SecretTemplate defines the default labels and annotations to be copied to the Kubernetes Secret resource named in SecretConfig.SecretName.

Appears in: - SecretConfig

Field Description
annotations object (keys:string, values:string) Annotations is a key value map to be copied to the target Kubernetes Secret.
labels object (keys:string, values:string) Labels is a key value map to be copied to the target Kubernetes Secret.

SelfSignedCAConfig

SelfSignedCAConfig defines the configuration for a Root CA certificate.

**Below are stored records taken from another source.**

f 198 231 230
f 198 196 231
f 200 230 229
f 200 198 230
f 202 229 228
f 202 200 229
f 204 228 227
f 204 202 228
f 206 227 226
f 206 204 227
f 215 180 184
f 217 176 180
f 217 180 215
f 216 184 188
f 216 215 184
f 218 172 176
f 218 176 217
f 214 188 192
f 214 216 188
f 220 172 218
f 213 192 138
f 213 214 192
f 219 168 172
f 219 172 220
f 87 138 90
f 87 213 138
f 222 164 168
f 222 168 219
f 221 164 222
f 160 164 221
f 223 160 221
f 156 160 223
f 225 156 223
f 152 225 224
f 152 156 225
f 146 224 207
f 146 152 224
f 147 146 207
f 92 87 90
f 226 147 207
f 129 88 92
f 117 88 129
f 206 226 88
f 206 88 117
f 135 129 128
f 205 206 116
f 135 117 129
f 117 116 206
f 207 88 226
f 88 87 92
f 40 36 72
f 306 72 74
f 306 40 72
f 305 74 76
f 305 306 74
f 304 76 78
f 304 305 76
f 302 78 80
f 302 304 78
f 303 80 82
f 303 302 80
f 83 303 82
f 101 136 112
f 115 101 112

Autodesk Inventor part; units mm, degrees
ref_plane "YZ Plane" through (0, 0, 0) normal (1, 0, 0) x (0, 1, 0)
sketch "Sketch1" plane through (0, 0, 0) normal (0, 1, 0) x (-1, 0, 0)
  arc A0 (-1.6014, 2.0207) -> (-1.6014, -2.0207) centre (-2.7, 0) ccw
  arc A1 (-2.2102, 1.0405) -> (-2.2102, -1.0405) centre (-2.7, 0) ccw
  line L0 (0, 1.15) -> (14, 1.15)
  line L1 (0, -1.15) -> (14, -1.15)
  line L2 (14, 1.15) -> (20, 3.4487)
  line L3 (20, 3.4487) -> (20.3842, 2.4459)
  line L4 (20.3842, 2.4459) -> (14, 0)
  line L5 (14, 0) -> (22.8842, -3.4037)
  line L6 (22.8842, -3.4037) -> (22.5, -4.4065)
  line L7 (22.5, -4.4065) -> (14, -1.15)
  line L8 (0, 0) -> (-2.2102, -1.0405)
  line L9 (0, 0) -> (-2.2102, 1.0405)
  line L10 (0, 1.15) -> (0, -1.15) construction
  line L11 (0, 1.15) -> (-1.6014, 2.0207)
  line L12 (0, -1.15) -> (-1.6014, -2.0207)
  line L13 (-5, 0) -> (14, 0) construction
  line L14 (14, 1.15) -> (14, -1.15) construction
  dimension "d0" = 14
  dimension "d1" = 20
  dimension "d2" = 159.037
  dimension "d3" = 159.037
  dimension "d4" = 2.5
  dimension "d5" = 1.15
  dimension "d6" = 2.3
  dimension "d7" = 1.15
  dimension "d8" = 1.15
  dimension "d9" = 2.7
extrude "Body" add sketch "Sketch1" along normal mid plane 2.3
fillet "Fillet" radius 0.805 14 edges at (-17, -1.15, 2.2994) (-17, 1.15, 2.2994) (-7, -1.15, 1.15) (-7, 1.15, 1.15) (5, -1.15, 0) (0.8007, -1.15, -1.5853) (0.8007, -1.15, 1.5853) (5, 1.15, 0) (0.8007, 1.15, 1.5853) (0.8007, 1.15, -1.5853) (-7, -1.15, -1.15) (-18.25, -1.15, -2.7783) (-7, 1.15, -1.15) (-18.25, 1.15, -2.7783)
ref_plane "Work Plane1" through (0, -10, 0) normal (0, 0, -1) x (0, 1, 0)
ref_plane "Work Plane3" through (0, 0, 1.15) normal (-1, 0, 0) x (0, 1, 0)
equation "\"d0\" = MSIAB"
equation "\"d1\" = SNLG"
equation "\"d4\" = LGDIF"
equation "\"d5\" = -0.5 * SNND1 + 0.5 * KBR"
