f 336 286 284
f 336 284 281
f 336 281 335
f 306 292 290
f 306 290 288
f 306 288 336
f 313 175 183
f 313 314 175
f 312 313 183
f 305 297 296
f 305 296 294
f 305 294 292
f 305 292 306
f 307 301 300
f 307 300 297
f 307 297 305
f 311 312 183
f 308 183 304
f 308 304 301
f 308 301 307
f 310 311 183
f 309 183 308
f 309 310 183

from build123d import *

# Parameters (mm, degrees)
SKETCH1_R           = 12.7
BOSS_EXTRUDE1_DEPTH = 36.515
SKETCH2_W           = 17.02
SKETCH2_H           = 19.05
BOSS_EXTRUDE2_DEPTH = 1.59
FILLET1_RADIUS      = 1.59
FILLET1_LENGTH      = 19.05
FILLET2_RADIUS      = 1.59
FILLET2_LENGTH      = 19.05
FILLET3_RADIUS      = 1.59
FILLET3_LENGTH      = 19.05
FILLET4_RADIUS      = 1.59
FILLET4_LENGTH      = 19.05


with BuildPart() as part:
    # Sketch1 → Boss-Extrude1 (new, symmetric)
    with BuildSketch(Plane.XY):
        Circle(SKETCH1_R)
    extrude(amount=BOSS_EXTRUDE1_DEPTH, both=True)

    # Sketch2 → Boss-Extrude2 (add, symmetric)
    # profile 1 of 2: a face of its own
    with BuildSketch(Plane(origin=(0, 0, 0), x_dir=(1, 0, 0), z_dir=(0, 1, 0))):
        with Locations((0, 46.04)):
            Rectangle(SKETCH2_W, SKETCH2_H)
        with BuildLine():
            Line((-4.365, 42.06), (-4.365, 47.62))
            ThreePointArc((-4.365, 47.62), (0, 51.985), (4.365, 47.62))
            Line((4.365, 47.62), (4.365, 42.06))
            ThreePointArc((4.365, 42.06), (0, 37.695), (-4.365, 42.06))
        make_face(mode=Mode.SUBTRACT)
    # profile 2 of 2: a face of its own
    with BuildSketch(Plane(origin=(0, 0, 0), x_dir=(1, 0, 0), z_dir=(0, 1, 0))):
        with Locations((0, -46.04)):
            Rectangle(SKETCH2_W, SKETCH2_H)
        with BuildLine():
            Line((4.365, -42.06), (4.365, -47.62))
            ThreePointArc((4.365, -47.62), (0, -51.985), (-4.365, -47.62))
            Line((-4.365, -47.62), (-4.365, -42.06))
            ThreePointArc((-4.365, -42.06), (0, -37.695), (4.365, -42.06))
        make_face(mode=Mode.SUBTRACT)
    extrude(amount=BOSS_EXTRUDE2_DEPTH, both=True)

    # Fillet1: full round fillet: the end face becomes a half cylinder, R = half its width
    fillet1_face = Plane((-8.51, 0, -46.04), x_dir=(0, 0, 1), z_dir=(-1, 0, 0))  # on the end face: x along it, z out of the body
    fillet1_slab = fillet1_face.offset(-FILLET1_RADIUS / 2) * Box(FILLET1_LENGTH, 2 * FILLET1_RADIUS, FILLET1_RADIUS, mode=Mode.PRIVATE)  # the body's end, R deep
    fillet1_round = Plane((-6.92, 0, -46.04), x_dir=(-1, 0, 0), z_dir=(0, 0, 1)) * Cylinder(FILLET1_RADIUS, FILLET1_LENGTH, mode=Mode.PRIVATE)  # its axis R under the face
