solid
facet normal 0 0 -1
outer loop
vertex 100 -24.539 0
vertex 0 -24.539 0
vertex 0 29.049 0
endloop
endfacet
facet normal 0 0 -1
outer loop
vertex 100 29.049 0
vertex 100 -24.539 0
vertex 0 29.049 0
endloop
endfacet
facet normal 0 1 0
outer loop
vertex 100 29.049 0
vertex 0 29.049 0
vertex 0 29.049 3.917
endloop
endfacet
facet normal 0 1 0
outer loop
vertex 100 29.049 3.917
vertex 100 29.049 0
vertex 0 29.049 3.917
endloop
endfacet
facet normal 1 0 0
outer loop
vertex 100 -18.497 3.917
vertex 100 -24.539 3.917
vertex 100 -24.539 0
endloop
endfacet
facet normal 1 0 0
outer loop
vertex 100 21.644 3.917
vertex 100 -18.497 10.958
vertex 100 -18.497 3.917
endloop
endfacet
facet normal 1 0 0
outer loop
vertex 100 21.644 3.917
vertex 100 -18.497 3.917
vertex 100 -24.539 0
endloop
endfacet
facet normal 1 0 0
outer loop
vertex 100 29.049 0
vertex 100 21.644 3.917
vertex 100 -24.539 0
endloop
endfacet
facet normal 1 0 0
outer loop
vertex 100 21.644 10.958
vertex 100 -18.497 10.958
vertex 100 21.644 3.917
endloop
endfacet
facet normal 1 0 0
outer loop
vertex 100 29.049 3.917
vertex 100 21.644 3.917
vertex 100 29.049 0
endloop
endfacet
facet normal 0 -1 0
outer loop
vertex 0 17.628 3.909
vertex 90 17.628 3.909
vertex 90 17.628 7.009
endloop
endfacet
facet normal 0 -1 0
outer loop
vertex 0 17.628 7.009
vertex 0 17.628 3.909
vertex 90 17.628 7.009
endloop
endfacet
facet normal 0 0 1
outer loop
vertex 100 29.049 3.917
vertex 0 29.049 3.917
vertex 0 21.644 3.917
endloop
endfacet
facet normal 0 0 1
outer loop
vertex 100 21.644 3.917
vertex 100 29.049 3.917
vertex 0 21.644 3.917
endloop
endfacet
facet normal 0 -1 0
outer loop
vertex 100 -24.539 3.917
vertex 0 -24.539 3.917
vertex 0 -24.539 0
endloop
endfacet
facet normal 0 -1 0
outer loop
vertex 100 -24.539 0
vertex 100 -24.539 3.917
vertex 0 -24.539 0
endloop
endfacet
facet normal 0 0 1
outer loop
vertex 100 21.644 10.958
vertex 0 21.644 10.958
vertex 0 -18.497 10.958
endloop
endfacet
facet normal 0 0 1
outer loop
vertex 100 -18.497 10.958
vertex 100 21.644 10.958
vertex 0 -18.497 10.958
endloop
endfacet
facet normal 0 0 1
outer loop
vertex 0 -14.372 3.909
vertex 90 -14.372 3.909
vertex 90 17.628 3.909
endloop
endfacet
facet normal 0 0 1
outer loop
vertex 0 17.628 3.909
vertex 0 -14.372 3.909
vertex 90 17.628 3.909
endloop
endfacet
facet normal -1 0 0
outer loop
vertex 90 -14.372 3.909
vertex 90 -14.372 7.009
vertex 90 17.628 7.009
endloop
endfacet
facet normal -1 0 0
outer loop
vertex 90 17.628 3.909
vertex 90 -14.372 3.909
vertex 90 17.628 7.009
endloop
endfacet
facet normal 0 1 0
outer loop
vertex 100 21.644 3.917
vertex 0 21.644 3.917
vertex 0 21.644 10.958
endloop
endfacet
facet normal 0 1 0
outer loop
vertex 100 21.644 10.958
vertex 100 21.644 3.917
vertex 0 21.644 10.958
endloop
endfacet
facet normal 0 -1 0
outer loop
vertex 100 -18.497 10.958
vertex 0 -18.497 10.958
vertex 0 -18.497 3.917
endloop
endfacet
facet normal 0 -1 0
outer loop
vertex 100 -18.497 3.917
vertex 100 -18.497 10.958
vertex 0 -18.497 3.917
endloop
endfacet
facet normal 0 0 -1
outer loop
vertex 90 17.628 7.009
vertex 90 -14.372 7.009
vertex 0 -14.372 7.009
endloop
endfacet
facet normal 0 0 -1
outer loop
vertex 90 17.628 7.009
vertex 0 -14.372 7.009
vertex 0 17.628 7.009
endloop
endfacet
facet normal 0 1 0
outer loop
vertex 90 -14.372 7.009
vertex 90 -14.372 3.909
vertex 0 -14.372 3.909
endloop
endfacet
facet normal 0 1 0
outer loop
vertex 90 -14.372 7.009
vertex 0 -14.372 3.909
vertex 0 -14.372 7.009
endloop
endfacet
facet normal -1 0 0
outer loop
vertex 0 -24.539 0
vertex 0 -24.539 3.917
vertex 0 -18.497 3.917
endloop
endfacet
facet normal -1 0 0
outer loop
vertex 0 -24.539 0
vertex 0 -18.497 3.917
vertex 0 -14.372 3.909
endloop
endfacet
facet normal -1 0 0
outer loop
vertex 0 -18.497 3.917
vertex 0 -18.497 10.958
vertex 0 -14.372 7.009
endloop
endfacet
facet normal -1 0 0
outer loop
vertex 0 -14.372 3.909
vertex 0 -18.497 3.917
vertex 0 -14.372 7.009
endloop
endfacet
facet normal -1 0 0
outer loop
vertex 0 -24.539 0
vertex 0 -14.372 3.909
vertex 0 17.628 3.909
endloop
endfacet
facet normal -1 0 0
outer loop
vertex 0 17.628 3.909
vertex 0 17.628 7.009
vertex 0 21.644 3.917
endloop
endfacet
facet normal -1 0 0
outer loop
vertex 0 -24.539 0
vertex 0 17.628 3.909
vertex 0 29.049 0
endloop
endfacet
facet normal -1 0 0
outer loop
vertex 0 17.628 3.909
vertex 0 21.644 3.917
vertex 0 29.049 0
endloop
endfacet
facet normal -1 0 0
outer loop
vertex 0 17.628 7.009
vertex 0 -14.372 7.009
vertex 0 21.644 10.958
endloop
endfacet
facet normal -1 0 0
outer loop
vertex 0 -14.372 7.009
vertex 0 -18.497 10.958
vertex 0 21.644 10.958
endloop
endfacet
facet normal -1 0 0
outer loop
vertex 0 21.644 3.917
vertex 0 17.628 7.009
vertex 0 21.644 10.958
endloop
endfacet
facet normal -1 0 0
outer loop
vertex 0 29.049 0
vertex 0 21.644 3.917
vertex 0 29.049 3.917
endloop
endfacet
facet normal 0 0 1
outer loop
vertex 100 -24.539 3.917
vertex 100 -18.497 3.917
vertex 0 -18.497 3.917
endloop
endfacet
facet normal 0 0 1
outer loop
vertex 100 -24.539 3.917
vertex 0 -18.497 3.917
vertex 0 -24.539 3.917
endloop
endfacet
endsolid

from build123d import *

# Parameters (mm, degrees)
F0_W     = 32
F0_H     = 3.1
F1_DEPTH = 100
F2_DEPTH = 90


with BuildPart() as f1:
    # F0 (on Right) → F1 (new body)
    with BuildSketch(Plane.YZ):
        Polygon((-24.5385469525, 0), (0, 0), (29.0492966146, 0), (29.0492966146, 3.9169512209), (21.6441504219, 3.9169512209), (21.6441504219, 10.9582875453), (-18.4965940373, 10.9582875453), (-18.4965940373, 3.9169512209), (-24.5385469525, 3.9169512209), align=None)
        with Locations((1.6276613058, 5.4589794578)):
            Rectangle(F0_W, F0_H, mode=Mode.SUBTRACT)
        with Locations((1.6276613058, 5.4589794578)):
            Rectangle(F0_W, F0_H)
    extrude(amount=F1_DEPTH)

    # F0 (on Right) → F2 (cut, through all)
    with BuildSketch(Plane.YZ):
        with Locations((1.6276613058, 5.4589794578)):
            Rectangle(F0_W, F0_H)
    extrude(amount=F2_DEPTH, mode=Mode.SUBTRACT)


solid = f1.part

Appears in: - CACertificateConfig

SignedCertStatus

Appears in: - BYOCertStatus

Field Description
conditions Condition array List of status conditions to indicate the status of BYO certificate. - Rejected: Indicates that the certificate does not match with the csr - Ready: Indicates that the certificate is ready to use.

SignedCertificateConfig

Appears in: - ExternalCAConfig

Field Description
certificate integer array The PEM encoded x509 certificate uploaded by the customer.
ca integer array The PEM encoded x509 certificate of the signer CA used to sign the certificate.